Laughs were heard at her anger, at her retort. What an audacious spitfire
she was! The people aware of this scene were calling out urgently to others
in the crowd. The circle round the silver-grey mare narrowed slowly.
The girl went off a pace or two, confronting the mocking curiosity of the
eyes, then flung back to the stirrup, tiptoeing, her enraged face turned up
to Nostromo with a pair of blazing eyes. He bent low to her in the saddle.
"Juan," she hissed, "I could stab thee to the heart!"
The dreaded Capataz de Cargadores, magnificent and carelessly public in his
amours, flung his arm round her neck and kissed her spluttering lips. A
murmur went round.
"A knife!" he demanded at large, holding her firmly by the
shoulder.
Twenty blades flashed out together in the circle. A young man in holiday
attire, bounding in, thrust one in Nostromo's hand and bounded back into the
ranks, very proud of himself.
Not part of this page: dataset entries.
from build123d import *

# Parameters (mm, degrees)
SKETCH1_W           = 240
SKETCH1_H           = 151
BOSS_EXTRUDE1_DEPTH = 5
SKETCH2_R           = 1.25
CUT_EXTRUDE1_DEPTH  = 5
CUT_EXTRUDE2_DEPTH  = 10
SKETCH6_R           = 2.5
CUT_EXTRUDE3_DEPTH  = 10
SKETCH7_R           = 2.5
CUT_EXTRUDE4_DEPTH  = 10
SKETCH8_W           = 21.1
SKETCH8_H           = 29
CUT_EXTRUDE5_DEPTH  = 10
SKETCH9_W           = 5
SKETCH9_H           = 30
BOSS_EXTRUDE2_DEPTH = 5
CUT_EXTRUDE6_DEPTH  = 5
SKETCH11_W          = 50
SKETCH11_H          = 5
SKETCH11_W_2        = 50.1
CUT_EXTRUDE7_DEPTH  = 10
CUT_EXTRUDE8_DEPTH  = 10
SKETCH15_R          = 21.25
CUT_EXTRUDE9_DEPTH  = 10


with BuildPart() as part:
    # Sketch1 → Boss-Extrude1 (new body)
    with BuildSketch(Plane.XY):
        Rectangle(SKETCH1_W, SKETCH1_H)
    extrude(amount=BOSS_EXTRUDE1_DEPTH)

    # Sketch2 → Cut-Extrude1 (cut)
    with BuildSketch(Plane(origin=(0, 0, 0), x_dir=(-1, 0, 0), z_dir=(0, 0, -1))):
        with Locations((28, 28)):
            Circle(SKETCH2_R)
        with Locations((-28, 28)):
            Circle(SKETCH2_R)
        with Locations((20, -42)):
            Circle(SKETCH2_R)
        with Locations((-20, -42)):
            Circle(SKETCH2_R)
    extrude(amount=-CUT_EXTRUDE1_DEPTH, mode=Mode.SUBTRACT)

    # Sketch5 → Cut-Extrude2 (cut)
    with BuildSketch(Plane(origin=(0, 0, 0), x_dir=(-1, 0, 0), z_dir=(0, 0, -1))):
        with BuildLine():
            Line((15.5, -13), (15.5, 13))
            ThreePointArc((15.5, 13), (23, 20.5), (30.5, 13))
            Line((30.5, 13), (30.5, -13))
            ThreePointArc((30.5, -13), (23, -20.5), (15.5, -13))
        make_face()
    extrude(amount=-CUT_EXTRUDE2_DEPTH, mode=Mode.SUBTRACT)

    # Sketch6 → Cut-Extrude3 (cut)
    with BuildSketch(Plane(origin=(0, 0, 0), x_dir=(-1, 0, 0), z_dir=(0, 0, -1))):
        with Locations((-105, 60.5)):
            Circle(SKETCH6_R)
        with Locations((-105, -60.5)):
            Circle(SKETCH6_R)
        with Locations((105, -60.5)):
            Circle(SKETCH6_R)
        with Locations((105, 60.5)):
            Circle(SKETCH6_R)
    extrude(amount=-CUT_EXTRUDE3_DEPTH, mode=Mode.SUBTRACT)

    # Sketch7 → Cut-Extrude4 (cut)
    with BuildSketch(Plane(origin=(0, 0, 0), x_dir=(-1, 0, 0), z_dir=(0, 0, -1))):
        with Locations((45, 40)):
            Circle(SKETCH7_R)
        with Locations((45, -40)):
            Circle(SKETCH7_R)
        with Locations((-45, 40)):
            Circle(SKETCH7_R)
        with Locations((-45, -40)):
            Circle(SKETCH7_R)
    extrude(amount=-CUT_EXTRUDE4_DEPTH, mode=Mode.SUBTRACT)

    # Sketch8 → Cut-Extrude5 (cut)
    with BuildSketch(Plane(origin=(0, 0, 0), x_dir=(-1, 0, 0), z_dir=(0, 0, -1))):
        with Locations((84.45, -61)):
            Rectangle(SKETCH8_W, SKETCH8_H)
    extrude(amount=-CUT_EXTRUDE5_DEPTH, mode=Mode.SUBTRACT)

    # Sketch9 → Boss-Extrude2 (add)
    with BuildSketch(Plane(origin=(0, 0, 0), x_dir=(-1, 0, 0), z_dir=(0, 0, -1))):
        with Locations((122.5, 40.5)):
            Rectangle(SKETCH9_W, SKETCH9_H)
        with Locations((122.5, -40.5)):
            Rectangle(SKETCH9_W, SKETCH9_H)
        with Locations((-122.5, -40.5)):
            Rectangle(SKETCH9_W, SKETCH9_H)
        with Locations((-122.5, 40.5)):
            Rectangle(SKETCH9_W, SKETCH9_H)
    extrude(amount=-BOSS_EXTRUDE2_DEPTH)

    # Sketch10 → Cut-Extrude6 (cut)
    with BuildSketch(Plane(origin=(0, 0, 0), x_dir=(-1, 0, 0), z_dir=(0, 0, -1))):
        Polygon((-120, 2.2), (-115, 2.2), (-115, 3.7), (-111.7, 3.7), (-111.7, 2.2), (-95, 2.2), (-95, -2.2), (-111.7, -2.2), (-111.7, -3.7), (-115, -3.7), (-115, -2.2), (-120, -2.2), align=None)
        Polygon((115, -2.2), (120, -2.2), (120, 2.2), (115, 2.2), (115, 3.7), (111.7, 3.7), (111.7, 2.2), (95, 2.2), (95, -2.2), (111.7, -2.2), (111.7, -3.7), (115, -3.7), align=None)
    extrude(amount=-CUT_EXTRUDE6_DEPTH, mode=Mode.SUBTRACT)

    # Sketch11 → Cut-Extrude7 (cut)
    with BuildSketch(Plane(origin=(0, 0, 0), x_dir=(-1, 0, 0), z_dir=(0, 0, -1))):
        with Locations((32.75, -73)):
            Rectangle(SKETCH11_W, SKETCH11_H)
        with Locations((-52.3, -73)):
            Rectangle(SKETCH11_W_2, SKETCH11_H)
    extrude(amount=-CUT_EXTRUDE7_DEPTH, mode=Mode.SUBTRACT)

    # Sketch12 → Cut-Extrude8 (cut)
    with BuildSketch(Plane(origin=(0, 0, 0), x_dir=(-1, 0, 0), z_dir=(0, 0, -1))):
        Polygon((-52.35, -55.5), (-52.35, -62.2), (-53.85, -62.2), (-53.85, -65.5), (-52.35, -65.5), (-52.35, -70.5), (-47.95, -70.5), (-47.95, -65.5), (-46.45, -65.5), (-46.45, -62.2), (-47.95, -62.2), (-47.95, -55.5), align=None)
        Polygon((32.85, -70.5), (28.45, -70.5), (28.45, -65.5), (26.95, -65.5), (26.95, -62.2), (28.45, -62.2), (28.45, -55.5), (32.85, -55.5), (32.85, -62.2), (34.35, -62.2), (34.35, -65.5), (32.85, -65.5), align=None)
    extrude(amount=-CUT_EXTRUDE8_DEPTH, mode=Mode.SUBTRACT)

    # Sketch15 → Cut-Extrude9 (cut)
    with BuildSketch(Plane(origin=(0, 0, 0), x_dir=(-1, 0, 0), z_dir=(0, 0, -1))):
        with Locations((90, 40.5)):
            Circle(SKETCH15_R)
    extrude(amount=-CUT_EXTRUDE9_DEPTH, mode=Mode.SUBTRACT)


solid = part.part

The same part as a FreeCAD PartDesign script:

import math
import FreeCAD as App
import Part
import Sketcher
from FreeCAD import Vector
Q = App.Units.Quantity


def add_polygon(sketch, points):
    """Adds a closed chain of lines whose ends are joined by coincident constraints."""
    first, n = sketch.GeometryCount, len(points)
    for a, b in zip(points, points[1:] + points[:1]):
        sketch.addGeometry(Part.LineSegment(App.Vector(*a, 0), App.Vector(*b, 0)), False)
    for i in range(n):
        sketch.addConstraint(Sketcher.Constraint("Coincident", first + i, 2, first + (i + 1) % n, 1))

doc = App.newDocument("Part")
body = doc.addObject("PartDesign::Body", "Body")

# Sketch on XY plane
sketch1 = body.newObject("Sketcher::SketchObject", "Sketch")
sketch1.AttachmentSupport = (doc.getObject("XY_Plane"), [""])
sketch1.MapMode = "FlatFace"
add_polygon(sketch1, [(-120, 76), (-120, -76), (120, -76), (120, 76)])  # lines 0-3
sketch1.addConstraint([
    Sketcher.Constraint("Vertical", 0),
    Sketcher.Constraint("Horizontal", 1),
    Sketcher.Constraint("Vertical", 2),
    Sketcher.Constraint("Horizontal", 3),
    Sketcher.Constraint("Symmetric", 0, 2, 2, 2, -1, 1),
    Sketcher.Constraint("DistanceX", 1, 1, 1, 2, Q("240 mm")),
    Sketcher.Constraint("DistanceY", 0, 2, 0, 1, Q("151 mm")),
])
pad1 = body.newObject("PartDesign::Pad", "Pad")
pad1.Profile = sketch1
pad1.Length = 5

# Sketch on XY plane
sketch2 = body.newObject("Sketcher::SketchObject", "Sketch001")
sketch2.AttachmentSupport = (doc.getObject("XY_Plane"), [""])
sketch2.MapMode = "FlatFace"
sketch2.addGeometry([
    Part.Circle(Vector(-28, 28, 0), Vector(0, 0, 1), 1.2),
    Part.Circle(Vector(28, 28, 0), Vector(0, 0, 1), 1.2),
    Part.Circle(Vector(-20, -42, 0), Vector(0, 0, 1), 1.2),
    Part.Circle(Vector(20, -42, 0), Vector(0, 0, 1), 1.2),
], False)
sketch2.addConstraint([
    Sketcher.Constraint("Equal", 0, 1),
    Sketcher.Constraint("Equal", 1, 2),
    Sketcher.Constraint("Equal", 2, 3),
    Sketcher.Constraint("Symmetric", 0, 3, 1, 3, -2),
    Sketcher.Constraint("Symmetric", 2, 3, 3, 3, -2),
    Sketcher.Constraint("Diameter", 0, Q("2.5 mm")),
    Sketcher.Constraint("DistanceX", 0, 3, -1, 1, Q("28 mm")),
    Sketcher.Constraint("DistanceY", -1, 1, 0, 3, Q("28 mm")),
    Sketcher.Constraint("DistanceX", 2, 3, -1, 1, Q("20 mm")),
    Sketcher.Constraint("DistanceY", 2, 3, -1, 1, Q("42 mm")),
])
pocket1 = body.newObject("PartDesign::Pocket", "Pocket")
pocket1.Profile = sketch2
pocket1.Length = 5
pocket1.Reversed = True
Nostromo had not even looked at him.
"Stand on my foot," he commanded the girl, who, suddenly subdued,
rose lightly, and when he had her up, encircling her waist, her face near to
his, he pressed the knife into her little hand.
"No, Morenita! You shall not put me to shame," he said. "You
shall have your present; and so that everyone should know who is your lover
to-day, you may cut all the silver buttons off my coat."
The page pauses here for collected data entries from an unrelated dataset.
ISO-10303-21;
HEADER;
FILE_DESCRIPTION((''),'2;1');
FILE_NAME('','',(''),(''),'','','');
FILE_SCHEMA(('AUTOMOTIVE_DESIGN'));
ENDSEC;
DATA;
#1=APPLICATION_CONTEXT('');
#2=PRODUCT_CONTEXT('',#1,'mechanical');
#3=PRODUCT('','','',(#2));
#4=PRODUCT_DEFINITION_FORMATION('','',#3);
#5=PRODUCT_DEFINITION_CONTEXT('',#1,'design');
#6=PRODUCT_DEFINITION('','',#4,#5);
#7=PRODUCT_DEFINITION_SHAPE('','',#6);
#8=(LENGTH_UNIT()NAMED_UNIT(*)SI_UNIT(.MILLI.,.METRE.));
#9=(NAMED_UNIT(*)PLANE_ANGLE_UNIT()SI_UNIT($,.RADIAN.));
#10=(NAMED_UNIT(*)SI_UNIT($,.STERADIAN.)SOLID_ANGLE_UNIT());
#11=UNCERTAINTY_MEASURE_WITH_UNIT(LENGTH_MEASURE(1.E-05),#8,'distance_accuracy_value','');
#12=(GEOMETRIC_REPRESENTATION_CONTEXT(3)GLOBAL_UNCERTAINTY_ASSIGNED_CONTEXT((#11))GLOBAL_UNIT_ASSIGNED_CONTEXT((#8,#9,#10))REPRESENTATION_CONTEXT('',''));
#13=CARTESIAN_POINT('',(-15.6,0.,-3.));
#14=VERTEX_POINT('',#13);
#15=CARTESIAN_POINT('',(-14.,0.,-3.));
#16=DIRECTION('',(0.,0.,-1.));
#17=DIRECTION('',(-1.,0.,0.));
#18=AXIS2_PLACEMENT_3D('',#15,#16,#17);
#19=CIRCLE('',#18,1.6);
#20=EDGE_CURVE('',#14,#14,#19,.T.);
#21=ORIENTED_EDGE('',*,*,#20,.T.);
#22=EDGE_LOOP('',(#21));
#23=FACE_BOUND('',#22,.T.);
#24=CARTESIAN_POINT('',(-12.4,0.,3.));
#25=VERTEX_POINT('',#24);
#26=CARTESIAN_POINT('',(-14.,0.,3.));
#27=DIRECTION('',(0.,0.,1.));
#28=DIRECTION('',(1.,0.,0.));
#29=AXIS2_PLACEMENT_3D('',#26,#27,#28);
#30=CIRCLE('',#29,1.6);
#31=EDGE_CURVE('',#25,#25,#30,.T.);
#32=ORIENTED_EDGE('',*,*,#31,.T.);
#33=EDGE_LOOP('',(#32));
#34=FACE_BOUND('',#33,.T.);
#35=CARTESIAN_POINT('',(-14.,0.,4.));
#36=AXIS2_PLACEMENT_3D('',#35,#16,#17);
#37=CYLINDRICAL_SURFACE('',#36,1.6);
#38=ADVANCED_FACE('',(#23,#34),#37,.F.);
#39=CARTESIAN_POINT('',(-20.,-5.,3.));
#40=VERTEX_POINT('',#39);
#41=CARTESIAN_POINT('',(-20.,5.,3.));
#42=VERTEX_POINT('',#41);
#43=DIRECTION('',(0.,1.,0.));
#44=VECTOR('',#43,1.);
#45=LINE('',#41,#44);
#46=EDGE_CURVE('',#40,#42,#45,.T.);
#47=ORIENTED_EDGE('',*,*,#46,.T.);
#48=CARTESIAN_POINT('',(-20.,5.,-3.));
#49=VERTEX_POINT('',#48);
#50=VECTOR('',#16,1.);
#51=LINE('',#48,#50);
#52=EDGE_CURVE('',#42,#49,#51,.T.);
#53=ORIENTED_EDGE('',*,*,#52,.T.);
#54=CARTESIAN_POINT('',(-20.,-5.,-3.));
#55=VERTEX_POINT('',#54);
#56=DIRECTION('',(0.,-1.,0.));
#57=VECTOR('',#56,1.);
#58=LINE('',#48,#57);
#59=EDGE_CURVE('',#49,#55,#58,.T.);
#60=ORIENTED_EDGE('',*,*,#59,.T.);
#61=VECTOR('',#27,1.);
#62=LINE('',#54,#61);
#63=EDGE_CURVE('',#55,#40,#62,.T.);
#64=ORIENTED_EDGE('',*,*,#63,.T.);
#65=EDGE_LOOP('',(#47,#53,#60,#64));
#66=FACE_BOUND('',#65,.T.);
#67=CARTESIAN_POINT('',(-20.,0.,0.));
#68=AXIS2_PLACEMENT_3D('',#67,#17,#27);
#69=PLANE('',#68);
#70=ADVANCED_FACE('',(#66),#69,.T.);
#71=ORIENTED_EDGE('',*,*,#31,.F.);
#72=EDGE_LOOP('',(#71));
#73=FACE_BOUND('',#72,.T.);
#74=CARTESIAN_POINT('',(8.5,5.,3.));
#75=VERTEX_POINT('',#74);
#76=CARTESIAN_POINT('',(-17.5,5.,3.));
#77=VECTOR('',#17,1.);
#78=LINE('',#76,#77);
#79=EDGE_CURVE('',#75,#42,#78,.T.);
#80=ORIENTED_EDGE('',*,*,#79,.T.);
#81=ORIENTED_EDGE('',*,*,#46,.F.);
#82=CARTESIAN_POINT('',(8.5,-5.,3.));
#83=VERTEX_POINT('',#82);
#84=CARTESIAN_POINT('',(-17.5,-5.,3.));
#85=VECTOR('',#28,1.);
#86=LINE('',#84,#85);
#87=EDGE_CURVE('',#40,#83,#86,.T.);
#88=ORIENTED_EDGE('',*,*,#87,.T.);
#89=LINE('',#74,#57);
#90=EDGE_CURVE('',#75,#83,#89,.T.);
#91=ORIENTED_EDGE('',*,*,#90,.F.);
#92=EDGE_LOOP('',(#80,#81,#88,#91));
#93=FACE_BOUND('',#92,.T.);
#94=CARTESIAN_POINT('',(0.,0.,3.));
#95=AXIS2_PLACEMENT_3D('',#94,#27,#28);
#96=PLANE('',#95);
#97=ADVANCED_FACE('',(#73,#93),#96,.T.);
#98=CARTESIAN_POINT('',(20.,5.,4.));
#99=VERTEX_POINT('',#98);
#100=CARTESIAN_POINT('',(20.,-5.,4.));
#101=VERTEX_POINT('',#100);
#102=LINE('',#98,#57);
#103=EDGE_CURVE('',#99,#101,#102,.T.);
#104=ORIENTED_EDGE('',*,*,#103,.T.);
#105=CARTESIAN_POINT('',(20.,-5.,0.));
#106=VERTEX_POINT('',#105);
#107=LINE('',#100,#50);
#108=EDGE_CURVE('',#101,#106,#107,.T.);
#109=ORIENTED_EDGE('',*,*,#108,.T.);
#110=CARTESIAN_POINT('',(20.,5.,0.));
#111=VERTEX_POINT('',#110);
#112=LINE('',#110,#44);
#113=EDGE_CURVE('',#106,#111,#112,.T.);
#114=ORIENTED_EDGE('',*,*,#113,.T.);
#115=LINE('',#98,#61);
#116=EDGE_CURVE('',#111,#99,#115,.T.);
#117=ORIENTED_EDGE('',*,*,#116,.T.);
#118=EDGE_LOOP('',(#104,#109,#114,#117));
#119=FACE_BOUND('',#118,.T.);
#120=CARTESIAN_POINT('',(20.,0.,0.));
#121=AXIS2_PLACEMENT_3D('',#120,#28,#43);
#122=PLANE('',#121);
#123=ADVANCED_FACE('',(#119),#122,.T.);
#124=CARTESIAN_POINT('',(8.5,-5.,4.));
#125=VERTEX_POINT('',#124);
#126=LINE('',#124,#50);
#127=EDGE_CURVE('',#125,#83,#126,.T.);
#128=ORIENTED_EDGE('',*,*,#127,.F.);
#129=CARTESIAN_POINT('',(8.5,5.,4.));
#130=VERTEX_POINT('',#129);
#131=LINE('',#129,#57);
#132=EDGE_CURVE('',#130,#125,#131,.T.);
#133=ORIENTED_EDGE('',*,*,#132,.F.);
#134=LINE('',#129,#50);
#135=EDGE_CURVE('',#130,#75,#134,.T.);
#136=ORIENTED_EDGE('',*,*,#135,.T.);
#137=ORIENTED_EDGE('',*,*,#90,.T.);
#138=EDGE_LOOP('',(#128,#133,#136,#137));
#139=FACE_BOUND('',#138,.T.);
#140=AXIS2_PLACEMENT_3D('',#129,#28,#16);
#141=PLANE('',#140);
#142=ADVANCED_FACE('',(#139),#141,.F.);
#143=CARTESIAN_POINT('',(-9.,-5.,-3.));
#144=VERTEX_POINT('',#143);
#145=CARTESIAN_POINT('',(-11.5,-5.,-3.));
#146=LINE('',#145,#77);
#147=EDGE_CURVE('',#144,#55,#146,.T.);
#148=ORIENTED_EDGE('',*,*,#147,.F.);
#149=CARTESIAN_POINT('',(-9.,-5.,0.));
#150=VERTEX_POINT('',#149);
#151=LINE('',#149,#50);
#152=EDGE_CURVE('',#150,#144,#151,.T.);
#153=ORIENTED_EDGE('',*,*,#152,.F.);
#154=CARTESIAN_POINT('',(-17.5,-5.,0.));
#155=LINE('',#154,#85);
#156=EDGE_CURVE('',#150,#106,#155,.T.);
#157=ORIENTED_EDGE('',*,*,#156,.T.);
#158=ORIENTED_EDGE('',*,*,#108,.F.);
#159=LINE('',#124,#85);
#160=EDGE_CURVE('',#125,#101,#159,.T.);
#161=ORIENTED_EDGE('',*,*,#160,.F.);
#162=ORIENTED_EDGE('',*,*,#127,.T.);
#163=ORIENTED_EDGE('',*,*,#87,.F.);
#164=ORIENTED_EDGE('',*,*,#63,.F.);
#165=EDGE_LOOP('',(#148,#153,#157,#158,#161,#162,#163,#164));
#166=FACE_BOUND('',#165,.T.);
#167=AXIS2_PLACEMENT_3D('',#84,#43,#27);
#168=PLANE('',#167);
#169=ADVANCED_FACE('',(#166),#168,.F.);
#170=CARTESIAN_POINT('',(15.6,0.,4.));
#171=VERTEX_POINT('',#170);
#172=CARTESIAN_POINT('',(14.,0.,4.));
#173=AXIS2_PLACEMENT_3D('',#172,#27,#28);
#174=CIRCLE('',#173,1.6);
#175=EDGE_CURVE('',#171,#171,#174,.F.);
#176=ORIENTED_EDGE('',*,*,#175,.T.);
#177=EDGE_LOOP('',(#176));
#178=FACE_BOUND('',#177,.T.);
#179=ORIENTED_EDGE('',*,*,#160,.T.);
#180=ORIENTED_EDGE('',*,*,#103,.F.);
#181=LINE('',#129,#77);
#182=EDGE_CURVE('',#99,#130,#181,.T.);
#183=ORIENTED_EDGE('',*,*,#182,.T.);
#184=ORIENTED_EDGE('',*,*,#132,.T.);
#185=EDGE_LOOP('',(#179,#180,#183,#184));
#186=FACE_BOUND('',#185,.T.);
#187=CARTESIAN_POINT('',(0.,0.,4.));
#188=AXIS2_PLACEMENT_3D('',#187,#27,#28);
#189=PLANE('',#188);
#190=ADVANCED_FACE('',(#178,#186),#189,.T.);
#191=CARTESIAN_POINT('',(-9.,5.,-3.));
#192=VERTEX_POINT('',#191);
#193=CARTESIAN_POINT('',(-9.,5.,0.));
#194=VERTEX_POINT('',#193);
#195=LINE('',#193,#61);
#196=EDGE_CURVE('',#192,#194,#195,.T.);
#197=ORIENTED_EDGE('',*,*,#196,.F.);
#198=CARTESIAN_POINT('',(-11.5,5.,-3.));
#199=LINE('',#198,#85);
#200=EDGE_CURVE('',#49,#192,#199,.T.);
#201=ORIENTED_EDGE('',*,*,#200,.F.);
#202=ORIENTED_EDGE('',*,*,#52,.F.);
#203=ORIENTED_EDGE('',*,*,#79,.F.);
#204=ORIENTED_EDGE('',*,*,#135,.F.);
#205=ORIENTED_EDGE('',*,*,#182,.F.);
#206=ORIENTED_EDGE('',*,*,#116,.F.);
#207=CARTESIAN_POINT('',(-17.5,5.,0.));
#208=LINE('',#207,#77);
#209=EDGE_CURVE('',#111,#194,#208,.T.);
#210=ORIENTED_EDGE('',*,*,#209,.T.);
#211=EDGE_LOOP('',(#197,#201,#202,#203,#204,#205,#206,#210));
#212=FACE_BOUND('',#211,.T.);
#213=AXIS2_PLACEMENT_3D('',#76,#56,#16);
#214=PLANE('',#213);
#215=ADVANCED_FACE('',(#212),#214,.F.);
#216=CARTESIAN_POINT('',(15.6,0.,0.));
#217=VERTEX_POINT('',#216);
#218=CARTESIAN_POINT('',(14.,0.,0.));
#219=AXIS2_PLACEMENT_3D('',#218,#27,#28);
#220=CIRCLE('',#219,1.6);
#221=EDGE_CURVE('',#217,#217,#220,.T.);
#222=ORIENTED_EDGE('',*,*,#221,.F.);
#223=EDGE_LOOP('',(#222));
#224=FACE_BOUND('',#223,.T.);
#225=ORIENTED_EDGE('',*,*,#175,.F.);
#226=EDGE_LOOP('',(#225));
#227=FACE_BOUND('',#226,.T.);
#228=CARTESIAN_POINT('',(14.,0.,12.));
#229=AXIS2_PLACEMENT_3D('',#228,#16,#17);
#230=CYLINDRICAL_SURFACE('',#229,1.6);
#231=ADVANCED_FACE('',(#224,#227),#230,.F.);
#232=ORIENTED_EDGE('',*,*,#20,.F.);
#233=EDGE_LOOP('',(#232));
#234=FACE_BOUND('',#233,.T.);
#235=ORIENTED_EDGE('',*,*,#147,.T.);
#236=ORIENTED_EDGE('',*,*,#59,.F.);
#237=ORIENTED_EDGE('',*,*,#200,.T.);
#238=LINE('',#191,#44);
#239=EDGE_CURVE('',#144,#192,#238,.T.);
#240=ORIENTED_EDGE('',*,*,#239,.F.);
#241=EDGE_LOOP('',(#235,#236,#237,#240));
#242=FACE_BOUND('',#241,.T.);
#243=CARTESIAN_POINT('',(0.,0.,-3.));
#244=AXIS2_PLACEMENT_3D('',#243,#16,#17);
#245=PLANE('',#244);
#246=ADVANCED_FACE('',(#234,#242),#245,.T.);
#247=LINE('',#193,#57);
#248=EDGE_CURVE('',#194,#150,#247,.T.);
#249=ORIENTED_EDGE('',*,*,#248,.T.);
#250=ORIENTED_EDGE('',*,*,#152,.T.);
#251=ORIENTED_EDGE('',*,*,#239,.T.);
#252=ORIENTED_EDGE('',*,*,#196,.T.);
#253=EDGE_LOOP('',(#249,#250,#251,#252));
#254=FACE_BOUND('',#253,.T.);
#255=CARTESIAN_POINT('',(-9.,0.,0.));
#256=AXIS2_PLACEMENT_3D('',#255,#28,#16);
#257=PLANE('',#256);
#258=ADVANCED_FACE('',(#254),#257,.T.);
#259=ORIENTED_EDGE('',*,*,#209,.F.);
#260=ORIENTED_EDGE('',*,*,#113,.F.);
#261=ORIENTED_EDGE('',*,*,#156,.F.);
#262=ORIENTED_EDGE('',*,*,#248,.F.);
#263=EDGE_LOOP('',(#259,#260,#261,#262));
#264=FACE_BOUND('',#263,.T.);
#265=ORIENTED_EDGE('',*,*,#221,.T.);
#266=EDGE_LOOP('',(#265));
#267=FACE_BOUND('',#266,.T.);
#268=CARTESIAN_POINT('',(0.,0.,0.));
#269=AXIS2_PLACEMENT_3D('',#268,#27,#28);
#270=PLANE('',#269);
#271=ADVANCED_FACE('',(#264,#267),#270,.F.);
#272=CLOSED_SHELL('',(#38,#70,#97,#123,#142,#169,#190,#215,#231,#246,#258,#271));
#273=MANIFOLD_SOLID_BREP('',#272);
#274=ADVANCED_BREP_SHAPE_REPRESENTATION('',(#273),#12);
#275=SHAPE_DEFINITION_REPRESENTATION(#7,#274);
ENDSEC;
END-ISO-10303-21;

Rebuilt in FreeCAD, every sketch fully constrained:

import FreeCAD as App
import Part
import Sketcher


def add_polygon(sketch, points):
    """Adds a closed chain of lines whose ends are joined by coincident constraints."""
    first, n = sketch.GeometryCount, len(points)
    for a, b in zip(points, points[1:] + points[:1]):
        sketch.addGeometry(Part.LineSegment(App.Vector(*a, 0), App.Vector(*b, 0)), False)
    for i in range(n):
        sketch.addConstraint(Sketcher.Constraint("Coincident", first + i, 2, first + (i + 1) % n, 1))

doc = App.newDocument("Part")
body = doc.addObject("PartDesign::Body", "Body")

sketch1 = doc.addObject("Sketcher::SketchObject", "Sketch")
body.addObject(sketch1)
sketch1.AttachmentSupport = (doc.XY_Plane, [""])
sketch1.MapMode = "FlatFace"
add_polygon(sketch1, [(-18, 5), (-18, -5), (18, -5), (18, 5)])
sketch1.addConstraint(Sketcher.Constraint("Vertical", 0))
sketch1.addConstraint(Sketcher.Constraint("Horizontal", 1))
sketch1.addConstraint(Sketcher.Constraint("Vertical", 2))
sketch1.addConstraint(Sketcher.Constraint("Horizontal", 3))
sketch1.addConstraint(Sketcher.Constraint("Symmetric", 0, 2, 2, 2, -1, 1))
sketch1.addConstraint(Sketcher.Constraint("DistanceX", 1, 1, 1, 2, 35.0))
sketch1.addConstraint(Sketcher.Constraint("DistanceY", 0, 2, 0, 1, 10.0))
pad1 = doc.addObject("PartDesign::Pad", "Pad")
body.addObject(pad1)
pad1.Profile = sketch1
pad1.Length = 3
There were shouts of laughter and applause at this witty freak, while the
girl passed the keen blade, and the impassive rider jingled in his palm the
increasing hoard of silver buttons. He eased her to the ground with both her
hands full. After whispering for a while with a very strenuous face, she
walked away, staring haughtily, and vanished into the crowd.
The circle had broken up, and the lordly Capataz de Cargadores, the
indispensable man, the tried and trusty Nostromo, the Mediterranean sailor
come ashore casually to try his luck in Costaguana, rode slowly towards the
harbour. The Juno was just then swinging round; and even as Nostromo reined
up again to look on, a flag ran up on the improvised flagstaff erected in an
ancient and dismantled little fort at the harbour entrance. Half a battery
of field guns had been hurried over there from the Sulaco barracks for the
purpose of firing the regulation salutes for the President-Dictator and the
War Minister. As the mail-boat headed through the pass, the badly timed
reports announced the end of Don Vincente Ribiera's first official visit to
Sulaco, and for Captain Mitchell the end of another "historic
occasion." Next time when the "Hope of honest men" was to
come that way, a year and a half later, it was unofficially, over the
mountain tracks, fleeing after a defeat on a lame mule, to be only just
saved by Nostromo from an ignominious death at the hands of a mob. It was a
very different event, of which Captain Mitchell used to say--
"It was history--history, sir! And that fellow of mine, Nostromo, you
know, was right in it. Absolutely making history, sir."
But this event, creditable to Nostromo, was to lead immediately to another,
which could not be classed either as "history" or as "a
mistake" in Captain Mitchell's phraseology. He had another word for it.
"Sir" he used to say afterwards, "that was no mistake. It was
a fatality. A misfortune, pure and simple, sir. And that poor fellow of mine
was right in it--right in the middle of it! A fatality, if ever there was
one--and to my mind he has never been the same man since."